Collected data entries:
╭──

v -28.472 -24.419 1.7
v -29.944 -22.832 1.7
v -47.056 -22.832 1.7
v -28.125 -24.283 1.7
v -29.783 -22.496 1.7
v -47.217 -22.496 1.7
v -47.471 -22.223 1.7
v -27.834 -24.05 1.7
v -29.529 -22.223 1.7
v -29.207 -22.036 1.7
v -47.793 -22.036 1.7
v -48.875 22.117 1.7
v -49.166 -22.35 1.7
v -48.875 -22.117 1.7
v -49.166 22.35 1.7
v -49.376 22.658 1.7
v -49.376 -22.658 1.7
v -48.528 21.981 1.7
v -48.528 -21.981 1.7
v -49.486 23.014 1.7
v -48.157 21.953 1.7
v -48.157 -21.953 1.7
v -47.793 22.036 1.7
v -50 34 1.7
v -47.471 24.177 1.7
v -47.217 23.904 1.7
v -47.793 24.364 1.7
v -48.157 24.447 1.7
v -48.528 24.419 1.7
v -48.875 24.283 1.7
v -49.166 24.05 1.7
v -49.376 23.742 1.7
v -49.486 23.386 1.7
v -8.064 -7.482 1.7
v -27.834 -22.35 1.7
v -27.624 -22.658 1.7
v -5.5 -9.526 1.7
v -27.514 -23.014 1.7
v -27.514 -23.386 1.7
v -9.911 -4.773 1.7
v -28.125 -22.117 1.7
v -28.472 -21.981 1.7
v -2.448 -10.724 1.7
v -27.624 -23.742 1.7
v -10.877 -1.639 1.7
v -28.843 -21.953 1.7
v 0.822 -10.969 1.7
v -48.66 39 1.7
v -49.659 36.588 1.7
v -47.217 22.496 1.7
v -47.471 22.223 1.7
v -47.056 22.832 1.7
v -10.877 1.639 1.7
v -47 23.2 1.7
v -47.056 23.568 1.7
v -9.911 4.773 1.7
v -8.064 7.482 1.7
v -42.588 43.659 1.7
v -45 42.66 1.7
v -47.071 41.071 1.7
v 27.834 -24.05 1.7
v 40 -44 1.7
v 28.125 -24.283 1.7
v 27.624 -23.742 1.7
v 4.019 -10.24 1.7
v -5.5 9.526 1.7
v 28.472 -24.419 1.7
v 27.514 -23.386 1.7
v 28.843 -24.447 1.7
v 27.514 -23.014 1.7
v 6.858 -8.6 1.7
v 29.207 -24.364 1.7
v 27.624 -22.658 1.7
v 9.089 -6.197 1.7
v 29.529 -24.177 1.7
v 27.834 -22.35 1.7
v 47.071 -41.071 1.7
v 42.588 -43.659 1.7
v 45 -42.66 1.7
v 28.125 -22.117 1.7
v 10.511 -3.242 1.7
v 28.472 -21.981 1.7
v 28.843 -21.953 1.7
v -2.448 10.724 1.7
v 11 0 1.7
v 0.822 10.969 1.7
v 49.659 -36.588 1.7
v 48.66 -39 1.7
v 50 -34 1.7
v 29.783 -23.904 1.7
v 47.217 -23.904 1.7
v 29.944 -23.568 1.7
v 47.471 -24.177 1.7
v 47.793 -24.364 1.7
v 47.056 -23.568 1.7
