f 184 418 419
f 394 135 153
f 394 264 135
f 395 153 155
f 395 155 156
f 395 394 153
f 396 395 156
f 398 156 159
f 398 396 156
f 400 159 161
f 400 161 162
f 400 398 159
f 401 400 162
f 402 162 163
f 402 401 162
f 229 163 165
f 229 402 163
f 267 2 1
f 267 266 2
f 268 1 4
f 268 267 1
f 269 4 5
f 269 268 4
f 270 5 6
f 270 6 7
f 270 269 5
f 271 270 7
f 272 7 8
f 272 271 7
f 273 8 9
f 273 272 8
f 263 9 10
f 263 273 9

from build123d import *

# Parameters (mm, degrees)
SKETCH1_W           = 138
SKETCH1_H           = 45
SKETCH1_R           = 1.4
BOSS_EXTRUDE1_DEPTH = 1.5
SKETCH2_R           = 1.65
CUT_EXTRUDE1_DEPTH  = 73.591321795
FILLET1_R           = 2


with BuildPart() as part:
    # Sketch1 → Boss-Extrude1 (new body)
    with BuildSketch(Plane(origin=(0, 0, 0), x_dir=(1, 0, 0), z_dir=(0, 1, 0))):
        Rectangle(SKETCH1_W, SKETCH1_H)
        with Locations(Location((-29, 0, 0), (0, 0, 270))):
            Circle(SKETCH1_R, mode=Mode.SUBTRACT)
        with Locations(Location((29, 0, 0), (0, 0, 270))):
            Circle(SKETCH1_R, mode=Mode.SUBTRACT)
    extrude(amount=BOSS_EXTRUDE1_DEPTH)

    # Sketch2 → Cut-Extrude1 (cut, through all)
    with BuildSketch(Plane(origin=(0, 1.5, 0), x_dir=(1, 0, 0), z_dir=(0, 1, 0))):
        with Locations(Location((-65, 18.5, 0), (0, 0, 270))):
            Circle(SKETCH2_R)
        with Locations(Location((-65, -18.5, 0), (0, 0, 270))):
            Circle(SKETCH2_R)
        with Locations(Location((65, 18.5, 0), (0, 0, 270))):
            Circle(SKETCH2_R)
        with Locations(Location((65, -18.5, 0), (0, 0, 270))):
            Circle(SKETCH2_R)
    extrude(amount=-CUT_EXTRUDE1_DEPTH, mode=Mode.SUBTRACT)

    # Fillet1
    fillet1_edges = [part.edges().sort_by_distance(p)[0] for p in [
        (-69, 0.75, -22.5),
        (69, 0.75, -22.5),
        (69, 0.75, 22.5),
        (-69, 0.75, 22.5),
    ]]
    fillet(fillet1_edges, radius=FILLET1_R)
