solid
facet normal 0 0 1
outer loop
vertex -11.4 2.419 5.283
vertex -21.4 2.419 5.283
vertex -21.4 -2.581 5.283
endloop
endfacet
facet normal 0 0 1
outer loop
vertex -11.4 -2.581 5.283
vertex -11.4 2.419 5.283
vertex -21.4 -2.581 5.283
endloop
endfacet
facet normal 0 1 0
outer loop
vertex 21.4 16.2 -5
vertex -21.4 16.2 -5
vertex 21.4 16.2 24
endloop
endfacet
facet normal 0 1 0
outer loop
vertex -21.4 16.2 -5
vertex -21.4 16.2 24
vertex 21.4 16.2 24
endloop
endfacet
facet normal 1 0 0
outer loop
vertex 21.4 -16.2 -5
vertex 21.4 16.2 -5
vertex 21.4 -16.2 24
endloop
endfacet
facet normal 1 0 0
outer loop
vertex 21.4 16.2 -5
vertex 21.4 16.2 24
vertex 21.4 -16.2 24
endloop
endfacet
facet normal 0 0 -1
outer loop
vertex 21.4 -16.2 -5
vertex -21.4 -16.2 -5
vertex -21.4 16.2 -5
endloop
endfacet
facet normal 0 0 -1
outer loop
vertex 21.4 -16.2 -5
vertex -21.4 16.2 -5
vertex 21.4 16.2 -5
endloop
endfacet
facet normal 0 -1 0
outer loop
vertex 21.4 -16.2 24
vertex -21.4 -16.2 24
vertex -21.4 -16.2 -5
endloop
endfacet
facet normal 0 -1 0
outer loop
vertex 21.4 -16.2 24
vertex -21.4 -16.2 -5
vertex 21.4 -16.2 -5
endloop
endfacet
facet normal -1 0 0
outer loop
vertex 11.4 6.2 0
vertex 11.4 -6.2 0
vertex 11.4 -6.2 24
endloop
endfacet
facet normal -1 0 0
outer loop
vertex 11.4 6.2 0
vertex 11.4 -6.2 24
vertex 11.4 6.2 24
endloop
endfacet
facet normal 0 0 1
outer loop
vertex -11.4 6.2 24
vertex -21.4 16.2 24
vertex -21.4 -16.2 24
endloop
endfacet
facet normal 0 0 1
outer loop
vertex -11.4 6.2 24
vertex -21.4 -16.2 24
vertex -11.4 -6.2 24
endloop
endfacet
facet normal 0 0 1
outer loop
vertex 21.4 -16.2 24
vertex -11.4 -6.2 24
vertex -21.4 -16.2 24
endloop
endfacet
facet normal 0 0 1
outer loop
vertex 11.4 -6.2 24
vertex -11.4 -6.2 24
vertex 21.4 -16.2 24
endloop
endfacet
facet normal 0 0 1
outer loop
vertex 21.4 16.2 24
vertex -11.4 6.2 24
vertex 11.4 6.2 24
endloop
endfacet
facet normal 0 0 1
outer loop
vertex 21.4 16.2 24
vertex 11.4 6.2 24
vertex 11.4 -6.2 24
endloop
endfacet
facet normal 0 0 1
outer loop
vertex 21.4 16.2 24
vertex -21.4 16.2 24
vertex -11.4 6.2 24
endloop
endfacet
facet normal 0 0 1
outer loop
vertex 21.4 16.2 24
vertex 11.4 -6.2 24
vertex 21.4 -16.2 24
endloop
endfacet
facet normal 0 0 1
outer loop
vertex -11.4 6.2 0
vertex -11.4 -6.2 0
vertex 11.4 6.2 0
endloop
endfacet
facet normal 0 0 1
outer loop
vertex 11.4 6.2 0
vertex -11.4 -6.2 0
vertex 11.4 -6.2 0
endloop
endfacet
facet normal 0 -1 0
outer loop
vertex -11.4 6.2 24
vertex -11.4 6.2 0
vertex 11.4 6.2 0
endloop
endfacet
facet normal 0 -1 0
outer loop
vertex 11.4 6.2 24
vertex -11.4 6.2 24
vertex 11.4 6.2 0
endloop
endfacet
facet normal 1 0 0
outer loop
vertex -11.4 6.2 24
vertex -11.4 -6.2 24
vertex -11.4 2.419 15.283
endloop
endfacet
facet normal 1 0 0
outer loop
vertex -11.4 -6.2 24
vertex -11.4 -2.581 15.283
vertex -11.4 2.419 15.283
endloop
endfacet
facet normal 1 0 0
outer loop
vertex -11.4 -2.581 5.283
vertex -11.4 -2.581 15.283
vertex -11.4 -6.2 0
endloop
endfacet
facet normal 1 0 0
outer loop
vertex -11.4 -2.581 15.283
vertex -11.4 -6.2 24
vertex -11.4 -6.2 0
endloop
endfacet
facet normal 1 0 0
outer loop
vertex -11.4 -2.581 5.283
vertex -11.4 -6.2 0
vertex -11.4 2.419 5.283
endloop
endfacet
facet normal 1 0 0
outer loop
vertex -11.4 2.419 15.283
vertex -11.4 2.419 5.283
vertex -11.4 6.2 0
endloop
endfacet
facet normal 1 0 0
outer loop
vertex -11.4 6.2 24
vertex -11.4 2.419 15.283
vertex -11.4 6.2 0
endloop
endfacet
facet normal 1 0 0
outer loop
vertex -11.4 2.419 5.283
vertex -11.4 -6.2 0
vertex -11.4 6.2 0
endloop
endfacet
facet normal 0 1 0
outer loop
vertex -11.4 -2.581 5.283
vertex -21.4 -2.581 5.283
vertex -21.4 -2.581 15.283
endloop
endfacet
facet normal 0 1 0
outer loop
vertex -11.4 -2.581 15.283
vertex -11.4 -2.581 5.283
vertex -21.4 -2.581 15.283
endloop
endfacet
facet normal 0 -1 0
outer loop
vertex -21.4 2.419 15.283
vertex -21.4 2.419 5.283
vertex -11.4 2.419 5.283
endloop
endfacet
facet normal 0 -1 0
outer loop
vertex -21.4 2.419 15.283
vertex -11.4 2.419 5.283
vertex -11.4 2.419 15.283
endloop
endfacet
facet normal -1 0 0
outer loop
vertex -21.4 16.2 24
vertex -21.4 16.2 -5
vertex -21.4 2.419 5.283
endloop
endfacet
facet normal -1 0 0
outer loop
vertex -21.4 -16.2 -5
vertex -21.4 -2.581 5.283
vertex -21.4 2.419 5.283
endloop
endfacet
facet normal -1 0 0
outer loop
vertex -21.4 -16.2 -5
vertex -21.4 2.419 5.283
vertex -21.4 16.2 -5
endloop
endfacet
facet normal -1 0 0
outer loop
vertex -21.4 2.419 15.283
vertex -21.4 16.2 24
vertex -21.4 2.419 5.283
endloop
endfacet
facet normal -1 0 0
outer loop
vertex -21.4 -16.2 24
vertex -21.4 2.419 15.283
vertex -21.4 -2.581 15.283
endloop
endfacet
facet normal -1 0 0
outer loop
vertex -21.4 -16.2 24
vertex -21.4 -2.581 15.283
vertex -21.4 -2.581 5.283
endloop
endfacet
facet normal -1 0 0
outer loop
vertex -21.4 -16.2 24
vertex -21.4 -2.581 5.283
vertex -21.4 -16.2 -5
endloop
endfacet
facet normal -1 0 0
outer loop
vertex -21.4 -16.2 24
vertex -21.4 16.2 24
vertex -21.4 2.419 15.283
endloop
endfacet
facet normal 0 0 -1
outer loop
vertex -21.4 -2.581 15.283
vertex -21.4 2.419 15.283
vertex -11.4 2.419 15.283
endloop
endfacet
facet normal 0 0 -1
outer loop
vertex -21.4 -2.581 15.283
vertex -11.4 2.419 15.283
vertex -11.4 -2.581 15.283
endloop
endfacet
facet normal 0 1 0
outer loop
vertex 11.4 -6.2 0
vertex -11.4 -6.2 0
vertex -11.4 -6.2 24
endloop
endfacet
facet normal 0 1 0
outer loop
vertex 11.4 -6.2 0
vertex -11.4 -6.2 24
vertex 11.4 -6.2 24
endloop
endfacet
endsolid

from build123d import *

# Parameters (mm, degrees)
F0_W     = 42.8
F0_H     = 32.4
F0_W_2   = 22.8
F0_H_2   = 12.4
F1_DEPTH = 24
F2_W     = 42.8
F2_H     = 32.4
F3_DEPTH = 5
F4_W     = 5
F4_H     = 10
F5_DEPTH = 25.4


with BuildPart() as f1:
    # F0 (on Top) → F1 (new body)
    with BuildSketch(Plane.XY):
        Rectangle(F0_W, F0_H)
        Rectangle(F0_W_2, F0_H_2, mode=Mode.SUBTRACT)
    extrude(amount=F1_DEPTH)

    # F2 (on face) → F3 (join)
    with BuildSketch(Plane(origin=(0, 0, 0), x_dir=(1, 0, 0), z_dir=(0, 0, -1))):
        Rectangle(F2_W, F2_H)
    extrude(amount=F3_DEPTH)

    # F4 (on face) → F5 (cut)
    with BuildSketch(Plane(origin=(-21.4, 0, 0), x_dir=(0, -1, 0), z_dir=(-1, 0, 0))):
        with Locations((0.08081, 10.283196)):
            Rectangle(F4_W, F4_H)
    extrude(amount=-F5_DEPTH, mode=Mode.SUBTRACT)


solid = f1.part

╰──

The lines to return begin at the first line of the records and end at the line holding "v -8.064 7.482 1.7"; please return them exactly, including both, and nothing beyond.

• _Task solution_:
v -28.472 -24.419 1.7
v -29.944 -22.832 1.7
v -47.056 -22.832 1.7
v -28.125 -24.283 1.7
v -29.783 -22.496 1.7
v -47.217 -22.496 1.7
v -47.471 -22.223 1.7
v -27.834 -24.05 1.7
v -29.529 -22.223 1.7
v -29.207 -22.036 1.7
v -47.793 -22.036 1.7
v -48.875 22.117 1.7
v -49.166 -22.35 1.7
v -48.875 -22.117 1.7
v -49.166 22.35 1.7
v -49.376 22.658 1.7
v -49.376 -22.658 1.7
v -48.528 21.981 1.7
v -48.528 -21.981 1.7
v -49.486 23.014 1.7
v -48.157 21.953 1.7
v -48.157 -21.953 1.7
v -47.793 22.036 1.7
v -50 34 1.7
v -47.471 24.177 1.7
v -47.217 23.904 1.7
v -47.793 24.364 1.7
v -48.157 24.447 1.7
v -48.528 24.419 1.7
v -48.875 24.283 1.7
v -49.166 24.05 1.7
v -49.376 23.742 1.7
v -49.486 23.386 1.7
v -8.064 -7.482 1.7
v -27.834 -22.35 1.7
v -27.624 -22.658 1.7
v -5.5 -9.526 1.7
v -27.514 -23.014 1.7
v -27.514 -23.386 1.7
v -9.911 -4.773 1.7
v -28.125 -22.117 1.7
v -28.472 -21.981 1.7
v -2.448 -10.724 1.7
v -27.624 -23.742 1.7
v -10.877 -1.639 1.7
v -28.843 -21.953 1.7
v 0.822 -10.969 1.7
v -48.66 39 1.7
v -49.659 36.588 1.7
v -47.217 22.496 1.7
v -47.471 22.223 1.7
v -47.056 22.832 1.7
v -10.877 1.639 1.7
v -47 23.2 1.7
v -47.056 23.568 1.7
v -9.911 4.773 1.7
v -8.064 7.482 1.7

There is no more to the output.